Traslare il moto che in origine era dedicato agli arti inferiori, alla completa trazione manuale; il tutto cercando di mantenere il pedalò quanto più̀ versatile e confortevole per tutti.
La gestione del lembo di spiaggia è stata concessa gratuitamente dall’amministrazione di Otranto, con la quale forte è stata la sinergia e la collaborazione per mettere in atto una concreta e reale inclusione sociale non solo per i cittadini locali, ma anche per tutti i turisti che sceglieranno il Salento come meta per le loro vacanze.
L’area sarà accessibile gratuitamente e prenotabile in ogni giornata per una sola delle due fasce orarie: turno antimeridiano (dalle 9 alle 13), turno pomeridiano (dalle 14 alle 18) e sarà regolato da personale qualificato in grado di fornire assistenza agli ospiti nel rispetto dei protocolli di sicurezza sanitaria.

Cristina De Benedetto
«Grazie alla cooperazione tra l’Amministrazione comunale di Otranto e la coop. Soc. L’Integrazione anche quest’anno la nostra Città sarà dotata di una spiaggia super accessoriata per persone con disabilità, dopo il successo dello scorso anno», dichiara Cristina De Benedetto, già assessore nella precedente Giunta Cariddi, «abbiamo lavorato tanto negli ultimi mesi per far sì che Otranto possa essere una Città accessibile, inclusiva, sensibile a certe problematiche per cui spesse volte le famiglie sono costrette a rinunciare a una vacanza, a un momento di relax. Potremo garantire anche nella stagione balneare ormai alle porte delle giornate spensierate e di svago con il supporto di personale qualificato e competente capace di soddisfare qualsiasi richiesta. Quest’anno avremo delle novità che sicuramente incontreranno il favore dei fruitori della spiaggia attrezzata e siamo proprio contenti di questo. La sinergia che si è creata con L’Integrazione sta portando a fare passi concreti e importanti».

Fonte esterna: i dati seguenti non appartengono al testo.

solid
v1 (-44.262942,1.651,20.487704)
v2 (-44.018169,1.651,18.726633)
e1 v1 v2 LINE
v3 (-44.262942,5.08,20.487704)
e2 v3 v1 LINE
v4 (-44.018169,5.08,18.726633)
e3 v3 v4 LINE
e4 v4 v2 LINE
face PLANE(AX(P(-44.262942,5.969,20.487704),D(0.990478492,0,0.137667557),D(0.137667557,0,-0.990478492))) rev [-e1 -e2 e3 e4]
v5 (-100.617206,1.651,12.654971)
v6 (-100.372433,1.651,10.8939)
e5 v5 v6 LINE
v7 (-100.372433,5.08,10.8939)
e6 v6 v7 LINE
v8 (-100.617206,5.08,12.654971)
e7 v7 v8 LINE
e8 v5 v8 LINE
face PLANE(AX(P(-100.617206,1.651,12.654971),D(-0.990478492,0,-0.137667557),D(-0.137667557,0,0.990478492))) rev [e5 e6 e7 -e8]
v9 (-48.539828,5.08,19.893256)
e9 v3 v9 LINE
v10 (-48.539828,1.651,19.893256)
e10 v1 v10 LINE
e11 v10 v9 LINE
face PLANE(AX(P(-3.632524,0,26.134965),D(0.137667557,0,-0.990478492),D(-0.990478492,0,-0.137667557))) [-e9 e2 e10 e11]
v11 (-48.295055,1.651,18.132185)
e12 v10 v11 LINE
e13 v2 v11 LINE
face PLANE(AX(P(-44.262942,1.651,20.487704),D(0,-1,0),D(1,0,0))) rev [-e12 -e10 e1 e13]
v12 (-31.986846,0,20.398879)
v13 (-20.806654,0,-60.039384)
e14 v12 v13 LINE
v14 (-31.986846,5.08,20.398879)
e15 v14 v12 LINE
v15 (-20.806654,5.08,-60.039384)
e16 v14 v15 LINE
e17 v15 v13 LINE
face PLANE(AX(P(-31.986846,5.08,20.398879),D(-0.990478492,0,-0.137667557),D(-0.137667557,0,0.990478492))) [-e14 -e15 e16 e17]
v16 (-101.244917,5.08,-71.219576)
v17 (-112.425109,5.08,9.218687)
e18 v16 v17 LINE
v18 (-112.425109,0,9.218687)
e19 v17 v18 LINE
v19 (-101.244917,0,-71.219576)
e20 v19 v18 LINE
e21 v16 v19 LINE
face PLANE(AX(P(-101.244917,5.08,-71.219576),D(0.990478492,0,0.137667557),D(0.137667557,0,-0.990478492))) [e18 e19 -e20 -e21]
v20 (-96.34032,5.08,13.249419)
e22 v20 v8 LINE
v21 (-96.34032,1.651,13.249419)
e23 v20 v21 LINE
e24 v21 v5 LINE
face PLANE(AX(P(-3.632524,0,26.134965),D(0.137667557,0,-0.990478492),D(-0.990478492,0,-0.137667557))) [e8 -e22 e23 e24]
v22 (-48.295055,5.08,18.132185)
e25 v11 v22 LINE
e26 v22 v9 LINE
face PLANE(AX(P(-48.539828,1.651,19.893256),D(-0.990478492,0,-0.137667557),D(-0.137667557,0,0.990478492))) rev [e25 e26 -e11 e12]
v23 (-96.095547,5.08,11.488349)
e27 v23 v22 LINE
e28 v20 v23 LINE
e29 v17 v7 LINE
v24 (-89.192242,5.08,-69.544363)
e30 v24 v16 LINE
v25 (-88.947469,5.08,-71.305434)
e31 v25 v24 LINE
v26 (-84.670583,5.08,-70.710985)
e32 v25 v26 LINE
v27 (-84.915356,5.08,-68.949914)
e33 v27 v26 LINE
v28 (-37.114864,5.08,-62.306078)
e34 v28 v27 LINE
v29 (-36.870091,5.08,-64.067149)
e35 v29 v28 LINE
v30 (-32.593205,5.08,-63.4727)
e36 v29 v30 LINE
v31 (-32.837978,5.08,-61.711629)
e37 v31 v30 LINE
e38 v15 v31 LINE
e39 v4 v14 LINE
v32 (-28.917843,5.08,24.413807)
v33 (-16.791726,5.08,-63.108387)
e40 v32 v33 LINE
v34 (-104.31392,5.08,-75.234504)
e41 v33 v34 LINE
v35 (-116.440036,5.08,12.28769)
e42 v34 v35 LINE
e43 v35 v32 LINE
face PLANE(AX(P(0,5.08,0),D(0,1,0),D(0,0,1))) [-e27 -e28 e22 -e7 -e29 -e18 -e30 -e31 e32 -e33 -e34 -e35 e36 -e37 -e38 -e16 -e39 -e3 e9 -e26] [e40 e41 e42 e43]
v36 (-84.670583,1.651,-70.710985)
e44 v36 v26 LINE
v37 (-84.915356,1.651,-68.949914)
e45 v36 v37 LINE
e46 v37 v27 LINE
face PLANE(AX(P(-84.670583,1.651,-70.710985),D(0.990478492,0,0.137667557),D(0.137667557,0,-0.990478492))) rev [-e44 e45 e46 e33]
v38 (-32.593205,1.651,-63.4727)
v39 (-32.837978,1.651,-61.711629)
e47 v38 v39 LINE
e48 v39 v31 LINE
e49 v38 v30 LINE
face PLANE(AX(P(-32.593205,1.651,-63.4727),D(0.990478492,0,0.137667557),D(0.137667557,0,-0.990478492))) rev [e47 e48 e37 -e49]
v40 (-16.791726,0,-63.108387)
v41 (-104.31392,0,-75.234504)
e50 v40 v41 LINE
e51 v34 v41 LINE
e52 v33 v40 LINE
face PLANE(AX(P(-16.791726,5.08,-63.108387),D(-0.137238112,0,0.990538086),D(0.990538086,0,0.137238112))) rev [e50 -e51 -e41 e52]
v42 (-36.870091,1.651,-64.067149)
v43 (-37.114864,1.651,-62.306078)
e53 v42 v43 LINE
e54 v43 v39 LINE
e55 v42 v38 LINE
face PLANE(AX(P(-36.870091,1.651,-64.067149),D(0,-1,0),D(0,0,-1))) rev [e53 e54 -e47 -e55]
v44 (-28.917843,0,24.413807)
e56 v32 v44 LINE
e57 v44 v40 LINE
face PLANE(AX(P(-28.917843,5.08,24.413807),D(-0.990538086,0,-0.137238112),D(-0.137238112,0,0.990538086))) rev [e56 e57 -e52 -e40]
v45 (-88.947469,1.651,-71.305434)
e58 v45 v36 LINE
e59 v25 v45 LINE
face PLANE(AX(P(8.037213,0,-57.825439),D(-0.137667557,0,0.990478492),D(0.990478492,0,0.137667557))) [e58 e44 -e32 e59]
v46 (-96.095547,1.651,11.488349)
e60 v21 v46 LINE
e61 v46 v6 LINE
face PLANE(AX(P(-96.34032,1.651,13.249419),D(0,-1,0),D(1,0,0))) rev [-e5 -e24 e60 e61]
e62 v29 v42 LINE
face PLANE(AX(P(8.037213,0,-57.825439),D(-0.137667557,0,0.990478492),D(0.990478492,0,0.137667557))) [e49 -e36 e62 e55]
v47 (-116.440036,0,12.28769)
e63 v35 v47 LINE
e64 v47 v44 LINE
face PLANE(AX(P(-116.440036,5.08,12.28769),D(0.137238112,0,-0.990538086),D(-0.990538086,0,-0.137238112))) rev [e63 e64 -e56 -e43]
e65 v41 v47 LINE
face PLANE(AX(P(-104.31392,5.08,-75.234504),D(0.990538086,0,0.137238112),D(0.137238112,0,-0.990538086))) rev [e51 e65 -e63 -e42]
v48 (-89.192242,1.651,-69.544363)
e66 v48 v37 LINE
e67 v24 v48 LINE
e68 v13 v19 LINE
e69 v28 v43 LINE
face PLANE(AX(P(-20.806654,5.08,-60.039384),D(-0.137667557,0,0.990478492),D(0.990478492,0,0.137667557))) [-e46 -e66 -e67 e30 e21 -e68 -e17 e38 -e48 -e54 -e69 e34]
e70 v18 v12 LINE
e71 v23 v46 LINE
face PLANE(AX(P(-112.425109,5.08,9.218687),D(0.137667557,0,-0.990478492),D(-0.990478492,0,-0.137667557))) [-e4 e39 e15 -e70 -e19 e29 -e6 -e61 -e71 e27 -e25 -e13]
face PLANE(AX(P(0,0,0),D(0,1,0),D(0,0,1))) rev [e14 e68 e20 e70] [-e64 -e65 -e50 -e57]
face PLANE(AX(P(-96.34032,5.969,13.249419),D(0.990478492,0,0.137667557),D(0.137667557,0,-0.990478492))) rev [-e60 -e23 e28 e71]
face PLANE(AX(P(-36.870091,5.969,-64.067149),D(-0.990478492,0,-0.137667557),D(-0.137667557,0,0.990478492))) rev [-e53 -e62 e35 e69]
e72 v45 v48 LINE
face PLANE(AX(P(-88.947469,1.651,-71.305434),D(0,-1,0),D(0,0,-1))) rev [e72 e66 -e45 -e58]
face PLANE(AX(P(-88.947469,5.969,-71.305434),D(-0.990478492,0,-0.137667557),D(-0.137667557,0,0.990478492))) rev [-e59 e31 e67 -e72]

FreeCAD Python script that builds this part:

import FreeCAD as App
import Part
import Sketcher
from FreeCAD import Vector
Q = App.Units.Quantity


def add_polygon(sketch, points):
    """Adds a closed chain of lines whose ends are joined by coincident constraints."""
    first, n = sketch.GeometryCount, len(points)
    for a, b in zip(points, points[1:] + points[:1]):
        sketch.addGeometry(Part.LineSegment(App.Vector(*a, 0), App.Vector(*b, 0)), False)
    for i in range(n):
        sketch.addConstraint(Sketcher.Constraint("Coincident", first + i, 2, first + (i + 1) % n, 1))

doc = App.newDocument("Part")
body = doc.addObject("PartDesign::Body", "Body")

# Sketch on XZ plane
sketch1 = body.newObject("Sketcher::SketchObject", "Sketch")
sketch1.AttachmentSupport = (doc.getObject("XZ_Plane"), [""])
sketch1.MapMode = "FlatFace"
add_polygon(sketch1, [(-29, 24), (-17, -63), (-104, -75), (-116, 12)])  # lines 0-3
add_polygon(sketch1, [(-101, -71), (-21, -60), (-32, 20), (-112, 9)])  # lines 4-7
sketch1.addConstraint([
    Sketcher.Constraint("Perpendicular", 0, 1),
    Sketcher.Constraint("Perpendicular", 1, 2),
    Sketcher.Constraint("Perpendicular", 2, 3),
    Sketcher.Constraint("Perpendicular", 4, 5),
    Sketcher.Constraint("Perpendicular", 5, 6),
    Sketcher.Constraint("Perpendicular", 6, 7),
    Sketcher.Constraint("Equal", 0, 1),
    Sketcher.Constraint("Equal", 4, 5),
    Sketcher.Constraint("Distance", 0, Q("88.358231 mm")),
    Sketcher.Constraint("Distance", 4, Q("81.211519 mm")),
    Sketcher.Constraint("DistanceX", 1, 2, -1, 1, Q("104.31392 mm")),
    Sketcher.Constraint("DistanceY", -1, 1, 2, 2, Q("12.28769 mm")),
    Sketcher.Constraint("DistanceY", -1, 1, 5, 2, Q("20.398879 mm")),
    Sketcher.Constraint("DistanceX", 6, 2, -1, 1, Q("112.425109 mm")),
    Sketcher.Constraint("DistanceX", 2, 2, 0, 2, Q("99.64831 mm")),
    Sketcher.Constraint("DistanceX", 3, 2, 4, 2, Q("8.111189 mm")),
])
pad1 = body.newObject("PartDesign::Pad", "Pad")
pad1.Profile = sketch1
pad1.Length = Q("0.2 in")
pad1.Reversed = True

# Sketch on an angled plane
sketch2 = body.newObject("Sketcher::SketchObject", "Sketch001")
sketch2.Placement = App.Placement(Vector(-3.387751, 0, 24.373894), App.Rotation(Vector(-0.990478492, 0, -0.137667557), Vector(0, 0.999999999, 0), Vector(0.137667557, 0, -0.990478492), "ZXY"))
add_polygon(sketch2, [(41, 6), (41, 1.7), (45.3, 1.7), (45.3, 6)])  # lines 0-3
sketch2.addConstraint([
    Sketcher.Constraint("Vertical", 0),
    Sketcher.Constraint("Horizontal", 1),
    Sketcher.Constraint("Vertical", 2),
    Sketcher.Constraint("Horizontal", 3),
    Sketcher.Constraint("Equal", 3, 0),
    Sketcher.Constraint("DistanceX", 1, 1, 1, 2, Q("0.17 in")),
    Sketcher.Constraint("DistanceX", -1, 1, 0, 2, Q("1.615 in")),
    Sketcher.Constraint("DistanceY", -1, 1, 0, 2, Q("0.065 in")),
])
pocket1 = body.newObject("PartDesign::Pocket", "Pocket")
pocket1.Profile = sketch2
pocket1.Length = Q("0.07 in")

# Sketch on an angled plane
sketch3 = body.newObject("Sketcher::SketchObject", "Sketch002")
sketch3.Placement = App.Placement(Vector(7.79244, 0, -56.064369), App.Rotation(Vector(0.990478492, 0, 0.137667557), Vector(0, 0.999999999, 0), Vector(-0.137667557, 0, 0.990478492), "ZXY"))
add_polygon(sketch3, [(-45.3, 6), (-45.3, 1.7), (-41, 1.7), (-41, 6)])  # lines 0-3
sketch3.addConstraint([
    Sketcher.Constraint("Vertical", 0),
    Sketcher.Constraint("Horizontal", 1),
    Sketcher.Constraint("Vertical", 2),
    Sketcher.Constraint("Horizontal", 3),
    Sketcher.Constraint("Equal", 3, 0),
    Sketcher.Constraint("DistanceX", 1, 1, 1, 2, Q("0.17 in")),
    Sketcher.Constraint("DistanceX", 0, 2, -1, 1, Q("1.785 in")),
    Sketcher.Constraint("DistanceY", -1, 1, 0, 2, Q("0.065 in")),
])
pocket2 = body.newObject("PartDesign::Pocket", "Pocket001")
pocket2.Profile = sketch3
pocket2.Length = Q("0.07 in")

# Sketch on an angled plane
sketch4 = body.newObject("Sketcher::SketchObject", "Sketch003")
sketch4.Placement = App.Placement(Vector(7.79244, 0, -56.064369), App.Rotation(Vector(0.990478492, 0, 0.137667557), Vector(0, 0.999999999, 0), Vector(-0.137667557, 0, 0.990478492), "ZXY"))
add_polygon(sketch4, [(-97.9, 6), (-97.9, 1.7), (-93.6, 1.7), (-93.6, 6)])  # lines 0-3
sketch4.addConstraint([
    Sketcher.Constraint("Vertical", 0),
    Sketcher.Constraint("Horizontal", 1),
    Sketcher.Constraint("Vertical", 2),
    Sketcher.Constraint("Horizontal", 3),
    Sketcher.Constraint("Equal", 3, 0),
    Sketcher.Constraint("DistanceX", 1, 1, 1, 2, Q("0.17 in")),
    Sketcher.Constraint("DistanceX", 0, 2, -1, 1, Q("3.855 in")),
    Sketcher.Constraint("DistanceY", -1, 1, 0, 2, Q("0.065 in")),
])
pocket3 = body.newObject("PartDesign::Pocket", "Pocket002")
pocket3.Profile = sketch4
pocket3.Length = Q("0.07 in")

# Sketch on an angled plane
sketch5 = body.newObject("Sketcher::SketchObject", "Sketch004")
sketch5.Placement = App.Placement(Vector(-3.387751, 0, 24.373894), App.Rotation(Vector(-0.990478492, 0, -0.137667557), Vector(0, 0.999999999, 0), Vector(0.137667557, 0, -0.990478492), "ZXY"))
add_polygon(sketch5, [(93.6, 6), (93.6, 1.7), (97.9, 1.7), (97.9, 6)])  # lines 0-3
sketch5.addConstraint([
    Sketcher.Constraint("Vertical", 0),
    Sketcher.Constraint("Horizontal", 1),
    Sketcher.Constraint("Vertical", 2),
    Sketcher.Constraint("Horizontal", 3),
    Sketcher.Constraint("Equal", 3, 0),
    Sketcher.Constraint("DistanceX", 1, 1, 1, 2, Q("0.17 in")),
    Sketcher.Constraint("DistanceX", -1, 1, 0, 2, Q("3.685 in")),
    Sketcher.Constraint("DistanceY", -1, 1, 0, 2, Q("0.065 in")),
])
pocket4 = body.newObject("PartDesign::Pocket", "Pocket003")
pocket4.Profile = sketch5
pocket4.Length = Q("0.07 in")

doc.recompute()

E fra le novità annunciate dalla De Benedetto, ce ne sarà uno completamente nuovo che darà l’opportunità, a chi lo desidera, di degustare un aperitivo o un cocktail con giro panoramico a bordo di una golf car elettrica attrezzata per il trasporto delle persone con disabilità motoria e sensoriale.
Il servizio consentirà di ammirare le bellezze culturali e architettoniche del territorio salentino: durante la stagione estiva ormai in corso a Otranto e durante gli altri mesi dell’anno a Lecce e/o città limitrofe. L’aperitivo in Golf Car, tra le meraviglie della nostra terra, permetterà di conoscerne la storia, le curiosità, le bellezze artistiche e paesaggistiche, di assaggiarne i sapori e ascoltarne i suoni, il tutto in pieno relax. Inoltre, su richiesta, sarà possibile prenotare tour accessibili alla comunità dei non udenti grazie alla presenza di Interpreti LIS (interprete lettura dei segni). Infine, la scelta di un mezzo a impatto zero, rispetterà esigenze di sostenibilità ambientale.
I fruitori potranno facilmente accedere a tutte le informazioni, attraverso una piattaforma digitale mediante cui conoscere e prenotare i servizi offerti e organizzare con efficienza eventuali viaggi e spostamenti, anche da soli, senza essere necessariamente accompagnati da familiari e amici. Si tratta sicuramente di un passo avanti in linea con il c.d. turismo accessibile incentivando gli spostamenti turistici da parte di persone non salentine che, trovando la disponibilità di strutture e servizi del territorio, avranno la possibilità di viaggiare, alloggiare e prendere parte ad eventi in condizioni di autonomia e di sicurezza, senza incontrare problematiche o difficoltà varie.
«Nell’edizione 2021», dichiara Veronica Calamo, presidente della cooperativa L’Integrazione, «in un solo mese abbiamo accolto oltre 2.500 persone. Quest’anno le prenotazioni sono già tantissime e ci auguriamo di triplicare le adesioni rispetto all’anno precedente, in una Otranto che accoglie veramente tutti e per viversi il mare e le vacanze in piena libertà».
Appuntamenti
Poggiardo capitale del folklore
È la prima volta che l’evento vede protagonista un centro della provincia di Lecce. Il sindaco Antonio Ciriolo: «Evento prestigioso che pone il nostro paese al centro di una serie di celebrazioni della cultura e delle tradizioni regionali»
📍 Segui il Gallo
Live News su WhatsApp 👉 clicca qui
Poggiardo ospiterà la tappa finale della manifestazione regionale nata per celebrare le tradizioni pugliesi.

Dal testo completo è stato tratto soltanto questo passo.